Stefan T. Ochsenbein, Floriana Tuna, Marzio Rancan, Rachel S. G. Davies, Christopher A. Muryn, Oliver Waldmann, Roland Bircher, Andreas Sieber, Graham Carver, Hannu Mutka, Felix Fernandez-Alonso, Andrew Podlesnyak, Larry P. Engelhardt, Grigore A. Timco, Hans U. Güdel and Richard E. P. Winpenny
Studies of Finite Molecular Chains: Synthesis, Structural, Magnetic and Inelastic Neutron Scattering Studies of Hexa- and Heptanuclear Chromium Horseshoes
Chem. Eur. J. 14, 5144-5158 (2008)                                   

Abstract: We report the synthesis and structural characterisation of a family of finite molecular chains, specifically [{[R₂NH₂]₃[Cr₆F₁₁(O₂CCMe₃)₁₀]}₂] (in which R=nPr 1, Et 2, nBu 3), [{Et₂NH}₂{[Et₂NH₂]₃[Cr₇F₁₂(O₂CCMe₃)₁₂][HO₂CCMe₃]₂}₂] (4), [{[Me₂NH₂]₃[Cr₆F₁₁(O₂CCMe₃)₁₀]·2.5 H₂O}₄] (5) and [{[iPr₂NH₂]₃[Cr₇F₁₂(O₂CCMe₃)₁₂]}₂] (6). The structures all contain horseshoes of chromium centres, with each Cr···Cr contact within the horseshoe bridged by a fluoride and two pivalates. The horseshoes are linked through hydrogen bonds to the secondary ammonium cations in the structure, leading to di- and tetra-horseshoe structures. Through magnetic measurements and inelastic neutron scattering studies we have determined the exchange coupling constants in 1 and 6. In 1 it is possible to distinguish two exchange interactions, J_A=-1.1 meV and J_B=-1.4 meV; J_A is the exchange interactions at the tips of the horseshoe and J_B is the exchange within the body of the horseshoe (1 meV=8.066 cm^-1). For 6 only one interaction was needed to model the data: J=-1.18 meV. The single-ion anisotropy parameters for Cr^III were also derived for the two compounds as: for 1, D_Cr=-0.028 meV and |E_Cr|=0.005 meV; for 6, D_Cr=-0.031 meV. Magnetic-field-dependent inelastic neutron scattering experiments on 1 allowed the Zeeman splitting of the first two excited states and level crossings to be observed. For the tetramer of horseshoes (5), quantum Monte Carlo calculations were used to fit the magnetic susceptibility behaviour, giving two exchange interactions within the horseshoe (-1.32 and -1.65 meV) and a weak inter-horseshoe coupling of +0.12 meV. Multi-frequency variable-temperature EPR studies on 1, 2 and 6 have also been performed, allowing further characterisation of the spin Hamiltonian parameters of these chains.

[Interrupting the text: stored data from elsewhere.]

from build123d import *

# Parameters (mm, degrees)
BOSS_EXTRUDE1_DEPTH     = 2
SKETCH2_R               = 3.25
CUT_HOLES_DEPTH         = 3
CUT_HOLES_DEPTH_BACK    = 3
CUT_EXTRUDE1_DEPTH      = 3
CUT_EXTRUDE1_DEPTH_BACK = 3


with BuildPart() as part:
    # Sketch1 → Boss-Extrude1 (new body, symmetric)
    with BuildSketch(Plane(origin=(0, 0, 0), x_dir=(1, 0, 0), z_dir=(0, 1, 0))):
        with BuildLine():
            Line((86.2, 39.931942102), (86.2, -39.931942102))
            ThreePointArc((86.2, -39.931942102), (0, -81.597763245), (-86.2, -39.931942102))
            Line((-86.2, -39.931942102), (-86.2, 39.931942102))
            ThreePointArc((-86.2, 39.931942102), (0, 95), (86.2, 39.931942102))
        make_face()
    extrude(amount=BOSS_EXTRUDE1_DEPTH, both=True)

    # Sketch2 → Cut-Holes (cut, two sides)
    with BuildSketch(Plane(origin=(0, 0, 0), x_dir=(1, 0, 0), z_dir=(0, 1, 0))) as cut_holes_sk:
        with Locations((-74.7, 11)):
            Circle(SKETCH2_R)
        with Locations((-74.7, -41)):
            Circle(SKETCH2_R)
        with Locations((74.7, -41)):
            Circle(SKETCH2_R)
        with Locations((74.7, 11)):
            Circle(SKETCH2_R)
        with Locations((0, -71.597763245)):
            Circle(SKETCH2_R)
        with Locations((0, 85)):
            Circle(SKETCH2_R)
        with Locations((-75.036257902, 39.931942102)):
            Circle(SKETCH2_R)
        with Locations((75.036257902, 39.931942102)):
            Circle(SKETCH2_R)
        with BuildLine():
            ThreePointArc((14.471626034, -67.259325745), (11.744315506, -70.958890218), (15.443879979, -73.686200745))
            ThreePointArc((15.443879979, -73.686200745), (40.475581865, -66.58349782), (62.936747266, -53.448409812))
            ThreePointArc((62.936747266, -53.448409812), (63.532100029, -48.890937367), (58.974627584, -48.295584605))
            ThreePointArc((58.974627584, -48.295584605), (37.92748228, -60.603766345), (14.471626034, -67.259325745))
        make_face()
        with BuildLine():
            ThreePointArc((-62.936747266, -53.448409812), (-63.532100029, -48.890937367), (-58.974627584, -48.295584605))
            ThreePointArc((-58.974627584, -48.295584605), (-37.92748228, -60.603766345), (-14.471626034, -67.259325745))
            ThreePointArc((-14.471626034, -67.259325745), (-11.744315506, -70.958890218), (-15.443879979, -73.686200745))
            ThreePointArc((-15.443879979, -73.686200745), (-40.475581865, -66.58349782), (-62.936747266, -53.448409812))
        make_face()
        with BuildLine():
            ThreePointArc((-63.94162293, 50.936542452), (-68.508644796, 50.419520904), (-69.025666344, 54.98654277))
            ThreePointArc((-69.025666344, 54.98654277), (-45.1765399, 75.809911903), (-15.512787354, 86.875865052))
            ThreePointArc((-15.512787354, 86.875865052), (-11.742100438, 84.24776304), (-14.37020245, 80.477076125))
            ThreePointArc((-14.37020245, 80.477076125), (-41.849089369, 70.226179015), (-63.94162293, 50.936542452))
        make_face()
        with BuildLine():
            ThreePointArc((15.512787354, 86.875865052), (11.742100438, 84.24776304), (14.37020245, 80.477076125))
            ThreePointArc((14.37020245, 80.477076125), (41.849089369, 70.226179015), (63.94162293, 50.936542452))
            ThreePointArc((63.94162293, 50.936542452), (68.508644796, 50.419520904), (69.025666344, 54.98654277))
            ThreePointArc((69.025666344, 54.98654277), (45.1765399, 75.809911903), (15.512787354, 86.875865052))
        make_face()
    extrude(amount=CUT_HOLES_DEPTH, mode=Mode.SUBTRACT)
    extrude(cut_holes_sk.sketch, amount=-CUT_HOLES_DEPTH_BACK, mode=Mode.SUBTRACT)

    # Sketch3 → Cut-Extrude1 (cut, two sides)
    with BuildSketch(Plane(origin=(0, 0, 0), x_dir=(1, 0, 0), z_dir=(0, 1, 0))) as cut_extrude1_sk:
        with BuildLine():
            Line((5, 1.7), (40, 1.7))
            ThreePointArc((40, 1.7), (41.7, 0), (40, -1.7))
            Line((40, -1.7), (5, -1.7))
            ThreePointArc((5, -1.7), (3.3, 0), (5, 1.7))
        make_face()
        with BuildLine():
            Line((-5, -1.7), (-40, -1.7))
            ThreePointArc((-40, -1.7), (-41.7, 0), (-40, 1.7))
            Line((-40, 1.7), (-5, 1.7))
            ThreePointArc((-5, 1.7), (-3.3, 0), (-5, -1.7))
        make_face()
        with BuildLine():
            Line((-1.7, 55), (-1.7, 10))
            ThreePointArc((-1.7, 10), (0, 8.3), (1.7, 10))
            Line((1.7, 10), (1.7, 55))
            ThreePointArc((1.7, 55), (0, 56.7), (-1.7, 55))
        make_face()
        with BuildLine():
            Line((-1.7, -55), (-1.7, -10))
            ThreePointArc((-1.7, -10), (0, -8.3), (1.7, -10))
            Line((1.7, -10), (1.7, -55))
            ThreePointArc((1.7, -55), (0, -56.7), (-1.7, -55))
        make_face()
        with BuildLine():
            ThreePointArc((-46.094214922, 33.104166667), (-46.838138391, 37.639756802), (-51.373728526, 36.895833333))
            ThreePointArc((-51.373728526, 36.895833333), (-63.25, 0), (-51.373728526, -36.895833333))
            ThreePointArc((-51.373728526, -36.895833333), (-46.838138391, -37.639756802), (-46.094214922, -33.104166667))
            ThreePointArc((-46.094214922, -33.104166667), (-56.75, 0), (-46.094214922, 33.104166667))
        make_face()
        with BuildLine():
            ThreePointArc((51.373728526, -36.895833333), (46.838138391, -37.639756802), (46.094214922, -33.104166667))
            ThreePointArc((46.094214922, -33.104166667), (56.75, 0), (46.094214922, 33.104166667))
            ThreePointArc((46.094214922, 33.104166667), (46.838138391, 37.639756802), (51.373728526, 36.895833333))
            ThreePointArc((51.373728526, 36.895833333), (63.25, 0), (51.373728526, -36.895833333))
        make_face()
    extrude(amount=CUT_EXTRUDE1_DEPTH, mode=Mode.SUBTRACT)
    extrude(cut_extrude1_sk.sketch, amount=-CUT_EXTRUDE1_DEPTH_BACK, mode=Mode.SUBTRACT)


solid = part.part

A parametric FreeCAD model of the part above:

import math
import FreeCAD as App
import Part
import Sketcher
from FreeCAD import Vector
Q = App.Units.Quantity

doc = App.newDocument("Part")
body = doc.addObject("PartDesign::Body", "Body")

# Sketch on XZ plane
sketch1 = body.newObject("Sketcher::SketchObject", "Sketch")
sketch1.AttachmentSupport = (doc.getObject("XZ_Plane"), [""])
sketch1.MapMode = "FlatFace"
sketch1.addGeometry(Part.LineSegment(Vector(86, 40, 0), Vector(86, -40, 0)), False)
sketch1.addGeometry(Part.ArcOfCircle(Part.Circle(Vector(0, 0, 0), Vector(0, 0, 1), 95), math.radians(-155), math.radians(-25)), False)
sketch1.addGeometry(Part.LineSegment(Vector(-86, -40, 0), Vector(-86, 40, 0)), False)
sketch1.addGeometry(Part.ArcOfCircle(Part.Circle(Vector(0, -28, 0), Vector(0, 0, 1), 110), math.radians(38), math.radians(142)), False)
sketch1.addConstraint(Sketcher.Constraint("Coincident", 0, 2, 1, 2))
sketch1.addConstraint(Sketcher.Constraint("Coincident", 1, 1, 2, 1))
sketch1.addConstraint(Sketcher.Constraint("Coincident", 2, 2, 3, 2))
sketch1.addConstraint(Sketcher.Constraint("Coincident", 3, 1, 0, 1))
sketch1.addConstraint(Sketcher.Constraint("Vertical", 0))
sketch1.addConstraint(Sketcher.Constraint("Vertical", 2))
sketch1.addConstraint(Sketcher.Constraint("Coincident", 1, 3, -1, 1))
sketch1.addConstraint(Sketcher.Constraint("Symmetric", 0, 2, 2, 2, -1, 1))
sketch1.addConstraint(Sketcher.Constraint("PointOnObject", 3, 3, -2))
sketch1.addConstraint(Sketcher.Constraint("Radius", 1, Q("95 mm")))
sketch1.addConstraint(Sketcher.Constraint("Radius", 3, Q("110 mm")))
sketch1.addConstraint(Sketcher.Constraint("DistanceX", -1, 1, 0, 2, Q("86.2 mm")))
pad1 = body.newObject("PartDesign::Pad", "Pad")
pad1.Profile = sketch1
pad1.Length = 4
pad1.Midplane = True

# Sketch on XZ plane
sketch2 = body.newObject("Sketcher::SketchObject", "Sketch001")
sketch2.AttachmentSupport = (doc.getObject("XZ_Plane"), [""])
sketch2.MapMode = "FlatFace"
sketch2.addGeometry(Part.Circle(Vector(-74.7, -11, 0), Vector(0, 0, 1), 3.2), False)
sketch2.addGeometry(Part.Circle(Vector(-74.7, 41, 0), Vector(0, 0, 1), 3.2), False)
sketch2.addGeometry(Part.Circle(Vector(74.7, 41, 0), Vector(0, 0, 1), 3.2), False)
sketch2.addGeometry(Part.Circle(Vector(74.7, -11, 0), Vector(0, 0, 1), 3.2), False)
sketch2.addGeometry(Part.Circle(Vector(0, 71.6, 0), Vector(0, 0, 1), 3.2), False)
sketch2.addGeometry(Part.Circle(Vector(0, -85, 0), Vector(0, 0, 1), 3.2), False)
sketch2.addGeometry(Part.Circle(Vector(-75, -39.9, 0), Vector(0, 0, 1), 3.2), False)
sketch2.addGeometry(Part.Circle(Vector(75, -39.9, 0), Vector(0, 0, 1), 3.2), False)
sketch2.addGeometry(Part.ArcOfCircle(Part.Circle(Vector(15, 70.5, 0), Vector(0, 0, 1), 3.2), math.radians(81), math.radians(261)), False)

Cover Picture: Molecular horseshoe magnets pack in crystals to give beautiful supramolecular arrays. They can also be regarded as finite chains of paramagnetic ions, and, therefore, can also be used to test models for magnetic behavior, such as spin-wave theory, as H. U. Güdel, R. E. P. Winpenny et al. show on page 5144 ff., in their Full Paper.